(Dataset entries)
Start of Block

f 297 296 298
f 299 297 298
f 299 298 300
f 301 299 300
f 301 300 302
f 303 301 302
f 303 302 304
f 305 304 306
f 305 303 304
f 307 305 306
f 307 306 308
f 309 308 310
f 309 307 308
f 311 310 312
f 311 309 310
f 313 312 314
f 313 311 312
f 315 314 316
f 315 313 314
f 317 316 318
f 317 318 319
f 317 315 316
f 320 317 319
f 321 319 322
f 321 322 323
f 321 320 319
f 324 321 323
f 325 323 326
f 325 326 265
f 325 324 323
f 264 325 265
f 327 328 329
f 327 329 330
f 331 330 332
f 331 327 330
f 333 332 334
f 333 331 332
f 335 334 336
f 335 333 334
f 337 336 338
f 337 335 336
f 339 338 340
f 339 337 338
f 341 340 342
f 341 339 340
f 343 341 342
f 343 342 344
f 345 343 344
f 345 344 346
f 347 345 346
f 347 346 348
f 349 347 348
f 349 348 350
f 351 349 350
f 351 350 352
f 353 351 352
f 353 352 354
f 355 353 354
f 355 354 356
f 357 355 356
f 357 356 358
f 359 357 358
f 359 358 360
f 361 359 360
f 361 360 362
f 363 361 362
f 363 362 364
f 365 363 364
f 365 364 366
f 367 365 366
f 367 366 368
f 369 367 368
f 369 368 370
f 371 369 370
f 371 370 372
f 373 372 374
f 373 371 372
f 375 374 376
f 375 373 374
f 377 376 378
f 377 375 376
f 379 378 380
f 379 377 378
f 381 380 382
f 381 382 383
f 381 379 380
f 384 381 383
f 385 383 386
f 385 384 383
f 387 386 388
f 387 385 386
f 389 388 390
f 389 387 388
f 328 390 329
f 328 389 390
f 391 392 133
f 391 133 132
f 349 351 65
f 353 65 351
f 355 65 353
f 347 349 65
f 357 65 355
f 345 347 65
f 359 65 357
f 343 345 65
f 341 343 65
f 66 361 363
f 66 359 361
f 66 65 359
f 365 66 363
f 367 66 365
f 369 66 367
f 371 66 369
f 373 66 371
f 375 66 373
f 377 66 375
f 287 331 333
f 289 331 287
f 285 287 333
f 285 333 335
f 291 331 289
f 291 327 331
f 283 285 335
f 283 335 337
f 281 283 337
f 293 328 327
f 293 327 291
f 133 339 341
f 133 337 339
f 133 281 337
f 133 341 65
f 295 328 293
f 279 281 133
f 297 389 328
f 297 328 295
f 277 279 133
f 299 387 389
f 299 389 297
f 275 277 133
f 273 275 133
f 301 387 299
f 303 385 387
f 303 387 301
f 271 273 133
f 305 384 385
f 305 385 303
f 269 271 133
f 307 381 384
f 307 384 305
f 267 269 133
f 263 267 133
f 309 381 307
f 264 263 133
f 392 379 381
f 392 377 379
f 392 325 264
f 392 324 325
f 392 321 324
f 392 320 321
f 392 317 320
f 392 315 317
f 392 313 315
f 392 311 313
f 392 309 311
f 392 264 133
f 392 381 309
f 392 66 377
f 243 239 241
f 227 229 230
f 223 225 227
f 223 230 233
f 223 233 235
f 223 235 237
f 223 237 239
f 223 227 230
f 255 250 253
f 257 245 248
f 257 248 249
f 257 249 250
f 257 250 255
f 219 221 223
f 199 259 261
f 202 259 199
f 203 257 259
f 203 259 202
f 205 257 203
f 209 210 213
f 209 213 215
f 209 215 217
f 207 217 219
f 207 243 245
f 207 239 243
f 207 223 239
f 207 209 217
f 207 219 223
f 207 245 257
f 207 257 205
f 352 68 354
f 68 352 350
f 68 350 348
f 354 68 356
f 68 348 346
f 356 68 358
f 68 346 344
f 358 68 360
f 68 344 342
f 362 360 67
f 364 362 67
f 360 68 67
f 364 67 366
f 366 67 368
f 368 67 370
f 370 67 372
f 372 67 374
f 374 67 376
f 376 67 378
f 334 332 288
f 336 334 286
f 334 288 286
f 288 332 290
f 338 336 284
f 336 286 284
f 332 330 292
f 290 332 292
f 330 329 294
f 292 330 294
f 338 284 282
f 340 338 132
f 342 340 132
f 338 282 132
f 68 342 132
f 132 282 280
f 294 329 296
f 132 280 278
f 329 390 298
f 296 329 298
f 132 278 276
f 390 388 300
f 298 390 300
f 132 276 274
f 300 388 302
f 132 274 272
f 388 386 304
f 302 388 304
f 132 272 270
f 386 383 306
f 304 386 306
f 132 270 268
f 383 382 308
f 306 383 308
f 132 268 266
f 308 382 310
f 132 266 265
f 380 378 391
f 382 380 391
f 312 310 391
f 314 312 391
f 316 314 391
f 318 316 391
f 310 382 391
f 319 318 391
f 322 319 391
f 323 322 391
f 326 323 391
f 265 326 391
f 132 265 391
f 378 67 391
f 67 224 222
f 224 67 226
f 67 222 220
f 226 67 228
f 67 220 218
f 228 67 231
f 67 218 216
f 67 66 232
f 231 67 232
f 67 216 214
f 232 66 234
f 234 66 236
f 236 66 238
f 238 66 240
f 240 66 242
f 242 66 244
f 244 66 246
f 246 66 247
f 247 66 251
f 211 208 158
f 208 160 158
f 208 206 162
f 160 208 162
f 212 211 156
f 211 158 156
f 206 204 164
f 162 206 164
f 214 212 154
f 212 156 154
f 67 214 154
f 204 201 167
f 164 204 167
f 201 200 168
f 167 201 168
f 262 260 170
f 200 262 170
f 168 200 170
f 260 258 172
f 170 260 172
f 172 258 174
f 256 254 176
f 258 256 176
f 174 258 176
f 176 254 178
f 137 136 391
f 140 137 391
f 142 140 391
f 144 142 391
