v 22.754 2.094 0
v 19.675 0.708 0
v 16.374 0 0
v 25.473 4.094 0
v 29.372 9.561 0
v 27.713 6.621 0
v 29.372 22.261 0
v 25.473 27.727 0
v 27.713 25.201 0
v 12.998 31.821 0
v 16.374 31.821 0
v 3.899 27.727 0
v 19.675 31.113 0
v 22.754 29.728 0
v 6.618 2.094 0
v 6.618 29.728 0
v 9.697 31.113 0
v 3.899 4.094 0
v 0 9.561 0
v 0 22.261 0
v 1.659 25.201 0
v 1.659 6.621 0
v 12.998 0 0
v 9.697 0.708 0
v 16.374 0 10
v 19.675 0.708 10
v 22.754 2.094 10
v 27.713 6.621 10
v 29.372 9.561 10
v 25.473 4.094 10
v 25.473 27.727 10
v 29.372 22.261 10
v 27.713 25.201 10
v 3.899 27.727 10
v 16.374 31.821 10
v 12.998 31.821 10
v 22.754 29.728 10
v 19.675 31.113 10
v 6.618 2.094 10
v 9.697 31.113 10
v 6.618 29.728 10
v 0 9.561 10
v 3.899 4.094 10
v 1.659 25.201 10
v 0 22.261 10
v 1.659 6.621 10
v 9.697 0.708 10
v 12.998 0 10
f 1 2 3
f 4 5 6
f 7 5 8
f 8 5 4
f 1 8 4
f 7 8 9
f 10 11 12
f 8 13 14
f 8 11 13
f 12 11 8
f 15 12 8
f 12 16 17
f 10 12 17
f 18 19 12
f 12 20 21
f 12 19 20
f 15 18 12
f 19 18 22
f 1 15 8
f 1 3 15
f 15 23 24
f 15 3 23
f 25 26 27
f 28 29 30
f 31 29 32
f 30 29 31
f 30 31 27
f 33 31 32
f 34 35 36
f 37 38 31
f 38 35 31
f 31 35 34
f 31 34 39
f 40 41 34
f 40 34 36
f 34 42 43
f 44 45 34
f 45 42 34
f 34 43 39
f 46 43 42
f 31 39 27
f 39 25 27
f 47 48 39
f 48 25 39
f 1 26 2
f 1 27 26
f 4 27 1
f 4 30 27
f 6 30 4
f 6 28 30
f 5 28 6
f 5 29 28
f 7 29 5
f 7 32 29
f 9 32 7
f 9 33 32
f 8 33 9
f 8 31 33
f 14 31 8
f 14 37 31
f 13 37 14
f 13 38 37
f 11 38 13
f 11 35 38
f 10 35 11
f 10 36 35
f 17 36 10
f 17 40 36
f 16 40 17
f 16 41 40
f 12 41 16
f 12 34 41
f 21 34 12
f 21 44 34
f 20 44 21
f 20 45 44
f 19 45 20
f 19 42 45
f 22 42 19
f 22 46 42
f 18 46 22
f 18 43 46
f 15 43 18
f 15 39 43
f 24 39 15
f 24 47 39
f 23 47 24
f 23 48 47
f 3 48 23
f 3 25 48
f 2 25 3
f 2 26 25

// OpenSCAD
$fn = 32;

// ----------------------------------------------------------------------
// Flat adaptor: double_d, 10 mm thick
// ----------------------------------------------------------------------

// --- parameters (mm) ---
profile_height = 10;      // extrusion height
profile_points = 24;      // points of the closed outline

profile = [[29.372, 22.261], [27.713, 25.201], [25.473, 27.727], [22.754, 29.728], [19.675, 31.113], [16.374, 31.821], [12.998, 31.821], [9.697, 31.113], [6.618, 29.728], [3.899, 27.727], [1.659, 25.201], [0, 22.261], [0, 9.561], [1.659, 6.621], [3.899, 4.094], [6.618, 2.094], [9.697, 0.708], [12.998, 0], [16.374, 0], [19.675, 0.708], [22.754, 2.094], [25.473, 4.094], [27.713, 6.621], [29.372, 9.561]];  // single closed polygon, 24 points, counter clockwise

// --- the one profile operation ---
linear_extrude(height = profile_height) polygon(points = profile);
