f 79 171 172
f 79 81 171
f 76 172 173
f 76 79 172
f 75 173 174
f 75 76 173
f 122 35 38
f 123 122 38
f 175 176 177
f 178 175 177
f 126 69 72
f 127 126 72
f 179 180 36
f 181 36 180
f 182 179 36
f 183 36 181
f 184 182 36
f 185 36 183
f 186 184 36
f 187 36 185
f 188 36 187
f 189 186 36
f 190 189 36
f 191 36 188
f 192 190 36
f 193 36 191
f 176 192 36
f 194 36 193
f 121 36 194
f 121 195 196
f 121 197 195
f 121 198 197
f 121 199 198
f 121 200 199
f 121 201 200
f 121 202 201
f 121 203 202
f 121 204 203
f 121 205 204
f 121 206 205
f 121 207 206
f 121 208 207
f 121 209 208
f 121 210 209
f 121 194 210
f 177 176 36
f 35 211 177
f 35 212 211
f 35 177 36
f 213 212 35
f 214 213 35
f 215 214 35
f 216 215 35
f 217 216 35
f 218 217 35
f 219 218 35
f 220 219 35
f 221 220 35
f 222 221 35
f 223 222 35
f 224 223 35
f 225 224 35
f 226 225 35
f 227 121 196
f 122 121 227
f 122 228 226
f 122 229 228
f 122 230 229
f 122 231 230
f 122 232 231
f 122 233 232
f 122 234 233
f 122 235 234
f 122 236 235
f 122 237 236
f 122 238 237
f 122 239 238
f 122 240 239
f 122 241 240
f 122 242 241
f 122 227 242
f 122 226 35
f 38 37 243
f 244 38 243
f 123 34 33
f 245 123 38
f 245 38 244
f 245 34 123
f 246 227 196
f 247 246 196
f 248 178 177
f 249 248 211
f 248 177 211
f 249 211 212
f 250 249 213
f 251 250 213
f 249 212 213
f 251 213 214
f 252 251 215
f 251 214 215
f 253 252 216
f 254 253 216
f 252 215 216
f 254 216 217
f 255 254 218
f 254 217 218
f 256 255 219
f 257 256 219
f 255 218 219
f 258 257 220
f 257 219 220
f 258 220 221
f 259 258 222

End of Block

ACTIVITY → As the answer, set down only the lines from the data above between the one holding "f 67 218 216" and the one holding "f 214 212 154", inclusive, exactly as they read.

TASK SOLUTION →
f 67 218 216
f 67 66 232
f 231 67 232
f 67 216 214
f 232 66 234
f 234 66 236
f 236 66 238
f 238 66 240
f 240 66 242
f 242 66 244
f 244 66 246
f 246 66 247
f 247 66 251
f 211 208 158
f 208 160 158
f 208 206 162
f 160 208 162
f 212 211 156
f 211 158 156
f 206 204 164
f 162 206 164
f 214 212 154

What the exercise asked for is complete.